O metanol é convertido em formaldeído e ácido fórmico, compostos altamente tóxicos que podem provocar acidose metabólica, neurotoxicidade e cegueira irreversível. Já o etanol, embora também tóxico se ingerido em excesso, é metabolizado em acetaldeído e posteriormente em ácido acético, que pode ser integrado ao metabolismo energético, permitindo seu consumo moderado sem efeitos graves à fisiologia.

ADH (Álcool Desidrogenase)/ ALDH (Aldeído Desidrogenase)/ Em resumo: ADH = álcool  aldeído e ALDH = aldeído  ácido.

O uso do etanol por humanos remonta a milênios, com evidências arqueológicas de cervejas e vinhos na Mesopotâmia, Egito e China antiga, frequentemente integrados a rituais religiosos e celebrações comunitárias. A destilação, desenvolvida na Idade Média, permitiu concentrar o álcool em bebidas destiladas como uísque, vodca e gim, difundidas em sociedades europeias.

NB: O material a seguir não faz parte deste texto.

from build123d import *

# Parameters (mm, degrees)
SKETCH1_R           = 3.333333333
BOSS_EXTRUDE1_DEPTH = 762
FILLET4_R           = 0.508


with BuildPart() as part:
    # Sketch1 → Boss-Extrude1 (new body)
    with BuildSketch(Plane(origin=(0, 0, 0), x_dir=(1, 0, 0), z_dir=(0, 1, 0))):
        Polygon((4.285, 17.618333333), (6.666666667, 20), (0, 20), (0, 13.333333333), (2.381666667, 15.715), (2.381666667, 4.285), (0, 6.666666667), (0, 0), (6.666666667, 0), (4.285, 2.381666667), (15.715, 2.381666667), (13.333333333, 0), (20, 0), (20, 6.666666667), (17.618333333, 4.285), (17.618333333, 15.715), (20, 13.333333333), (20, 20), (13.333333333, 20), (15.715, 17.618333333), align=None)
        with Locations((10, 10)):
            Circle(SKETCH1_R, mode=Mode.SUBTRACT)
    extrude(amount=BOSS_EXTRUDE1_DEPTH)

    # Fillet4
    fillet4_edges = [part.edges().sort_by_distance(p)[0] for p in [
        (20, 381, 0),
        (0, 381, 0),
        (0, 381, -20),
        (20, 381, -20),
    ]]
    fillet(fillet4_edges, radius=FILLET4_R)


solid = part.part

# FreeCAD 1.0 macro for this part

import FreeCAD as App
import Part
import Sketcher

V = App.Vector
Q = App.Units.Quantity


def edges_at(feature, points):
    """Names of the edges that pass closest to the given points."""
    edges = feature.Shape.Edges
    near = lambda p: min(range(len(edges)), key=lambda i: edges[i].distToShape(Part.Vertex(*p))[0])
    return sorted({f"Edge{near(p) + 1}" for p in points})

doc = App.newDocument("Part")
body = doc.addObject("PartDesign::Body", "Body")

# Sketch on XZ plane
sketch1 = doc.addObject("Sketcher::SketchObject", "Sketch")
body.addObject(sketch1)
sketch1.AttachmentSupport = (doc.XZ_Plane, [""])
sketch1.MapMode = "FlatFace"
sketch1.addGeometry([
    Part.LineSegment(V(4.285, -17.618333, 0), V(6.666667, -20, 0)),  # 0
    Part.LineSegment(V(6.666667, -20, 0), V(0, -20, 0)),  # 1
    Part.LineSegment(V(0, -20, 0), V(0, -13.333333, 0)),  # 2
    Part.LineSegment(V(0, -13.333333, 0), V(2.381667, -15.715, 0)),  # 3
    Part.LineSegment(V(2.381667, -15.715, 0), V(2.381667, -4.285, 0)),  # 4
    Part.LineSegment(V(2.381667, -4.285, 0), V(0, -6.666667, 0)),  # 5
    Part.LineSegment(V(0, -6.666667, 0), V(0, 0, 0)),  # 6
    Part.LineSegment(V(0, 0, 0), V(6.666667, 0, 0)),  # 7
    Part.LineSegment(V(6.666667, 0, 0), V(4.285, -2.381667, 0)),  # 8
    Part.LineSegment(V(4.285, -2.381667, 0), V(15.715, -2.381667, 0)),  # 9
    Part.LineSegment(V(15.715, -2.381667, 0), V(13.333333, 0, 0)),  # 10
    Part.LineSegment(V(13.333333, 0, 0), V(20, 0, 0)),  # 11
    Part.LineSegment(V(20, 0, 0), V(20, -6.666667, 0)),  # 12
    Part.LineSegment(V(20, -6.666667, 0), V(17.618333, -4.285, 0)),  # 13
    Part.LineSegment(V(17.618333, -4.285, 0), V(17.618333, -15.715, 0)),  # 14
    Part.LineSegment(V(17.618333, -15.715, 0), V(20, -13.333333, 0)),  # 15
    Part.LineSegment(V(20, -13.333333, 0), V(20, -20, 0)),  # 16
    Part.LineSegment(V(20, -20, 0), V(13.333333, -20, 0)),  # 17
    Part.LineSegment(V(13.333333, -20, 0), V(15.715, -17.618333, 0)),  # 18
    Part.LineSegment(V(15.715, -17.618333, 0), V(4.285, -17.618333, 0)),  # 19
    Part.Circle(V(10, -10, 0), V(0, 0, 1), 3.333333),  # 20
], False)
sketch1.addConstraint([
    Sketcher.Constraint("Coincident", 0, 2, 1, 1),
    Sketcher.Constraint("Coincident", 1, 2, 2, 1),
    Sketcher.Constraint("Coincident", 2, 2, 3, 1),
    Sketcher.Constraint("Coincident", 3, 2, 4, 1),
    Sketcher.Constraint("Coincident", 4, 2, 5, 1),
    Sketcher.Constraint("Coincident", 5, 2, 6, 1),
    Sketcher.Constraint("Coincident", 6, 2, 7, 1),
    Sketcher.Constraint("Coincident", 7, 2, 8, 1),
    Sketcher.Constraint("Coincident", 8, 2, 9, 1),
    Sketcher.Constraint("Coincident", 9, 2, 10, 1),
    Sketcher.Constraint("Coincident", 10, 2, 11, 1),
    Sketcher.Constraint("Coincident", 11, 2, 12, 1),
    Sketcher.Constraint("Coincident", 12, 2, 13, 1),
    Sketcher.Constraint("Coincident", 13, 2, 14, 1),
    Sketcher.Constraint("Coincident", 14, 2, 15, 1),
    Sketcher.Constraint("Coincident", 15, 2, 16, 1),
    Sketcher.Constraint("Coincident", 16, 2, 17, 1),
    Sketcher.Constraint("Coincident", 17, 2, 18, 1),
    Sketcher.Constraint("Coincident", 18, 2, 19, 1),
    Sketcher.Constraint("Coincident", 19, 2, 0, 1),
    Sketcher.Constraint("Horizontal", 1),
    Sketcher.Constraint("Vertical", 2),
    Sketcher.Constraint("Vertical", 4),
    Sketcher.Constraint("Vertical", 6),
    Sketcher.Constraint("Horizontal", 7),
    Sketcher.Constraint("Horizontal", 9),
    Sketcher.Constraint("Horizontal", 11),
    Sketcher.Constraint("Vertical", 12),
    Sketcher.Constraint("Vertical", 14),
    Sketcher.Constraint("Vertical", 16),
    Sketcher.Constraint("Horizontal", 17),
    Sketcher.Constraint("Horizontal", 19),
    Sketcher.Constraint("Coincident", 6, 2, -1, 1),
    Sketcher.Constraint("PointOnObject", 1, 2, -2),
    Sketcher.Constraint("PointOnObject", 10, 2, -1),
    Sketcher.Constraint("Parallel", 0, 3),
    Sketcher.Constraint("Perpendicular", 3, 5),
    Sketcher.Constraint("Parallel", 5, 8),
    Sketcher.Constraint("Perpendicular", 8, 10),
    Sketcher.Constraint("Parallel", 10, 13),
    Sketcher.Constraint("Perpendicular", 13, 15),
    Sketcher.Constraint("Parallel", 15, 18),
    Sketcher.Constraint("Horizontal", 5, 2, 12, 2),
    Sketcher.Constraint("Horizontal", 4, 2, 13, 2),
    Sketcher.Constraint("Horizontal", 3, 2, 14, 2),
    Sketcher.Constraint("Horizontal", 2, 2, 15, 2),
    Sketcher.Constraint("Horizontal", 1, 2, 16, 2),
    Sketcher.Constraint("Vertical", 0, 2, 7, 2),
    Sketcher.Constraint("Vertical", 12, 2, 15, 2),
    Sketcher.Constraint("Vertical", 10, 2, 17, 2),
    Sketcher.Constraint("Vertical", 9, 2, 18, 2),
    Sketcher.Constraint("Equal", 7, 11),
    Sketcher.Constraint("Equal", 17, 2),
    Sketcher.Constraint("Equal", 19, 4),
    Sketcher.Constraint("Equal", 2, 6),
    Sketcher.Constraint("Equal", 0, 3),
    Sketcher.Constraint("DistanceX", 9, 1, 9, 2, Q("0.45 in")),
    Sketcher.Constraint("DistanceY", 3, 2, 20, 3, Q("0.225 in")),
    Sketcher.Constraint("DistanceX", 8, 2, 20, 3, Q("0.225 in")),
    Sketcher.Constraint("Diameter", 20, 6.666667),
    Sketcher.Constraint("DistanceX", -1, 1, 20, 3, 10.0),
    Sketcher.Constraint("DistanceX", 1, 2, 1, 1, 6.666667),
])
pad1 = doc.addObject("PartDesign::Pad", "Pad")
body.addObject(pad1)
pad1.Profile = sketch1
pad1.Length = Q("30 in")
pad1.Reversed = True
doc.recompute()

fillet = doc.addObject("PartDesign::Fillet", "Fillet")
body.addObject(fillet)
fillet.Base = (pad1, edges_at(pad1, [
    (20, 381, 0),
    (0, 381, 0),
    (0, 381, -20),
    (20, 381, -20),
]))
fillet.Radius = Q("0.02 in")

doc.recompute()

Ao longo da história, o consumo de etanol consolidou-se não apenas como substância recreativa, mas também como mediador social e cultural, presente em festividades, cerimônias e encontros familiares.

Por isso, o consumo moderado de etanol, definido segundo padrões internacionais como até uma dose padrão por dia para mulheres e até duas para homens, correspondendo a aproximadamente 14 g de álcool puro por dose, induz efeitos leves sobre o sistema nervoso central, como relaxamento e desinibição, sem comprometer significativamente a integridade fisiológica.

Essa diferença entre homens e mulheres reflete variações fisiológicas e metabólicas, incluindo menor volume corporal de água, menor atividade da enzima álcool desidrogenase e diferenças hormonais em mulheres, que tornam a metabolização do álcool mais lenta.

Em contraste, o metanol permanece restrito a aplicações industriais e é absolutamente incompatível com a ingestão humana.

A intoxicação aguda por etanol resulta da ingestão de doses superiores à capacidade metabólica do fígado, normalmente acima de 0,5 g/ kg em adultos. Clinicamente, manifesta-se inicialmente por desinibição, euforia e alterações na coordenação motora, evoluindo em níveis mais elevados para sedação, depressão respiratória, hipoglicemia e, em casos extremos, coma etílico. O efeito depende de fatores individuais, incluindo peso corporal, gênero, tolerância e presença de alimentos no trato gastrointestinal.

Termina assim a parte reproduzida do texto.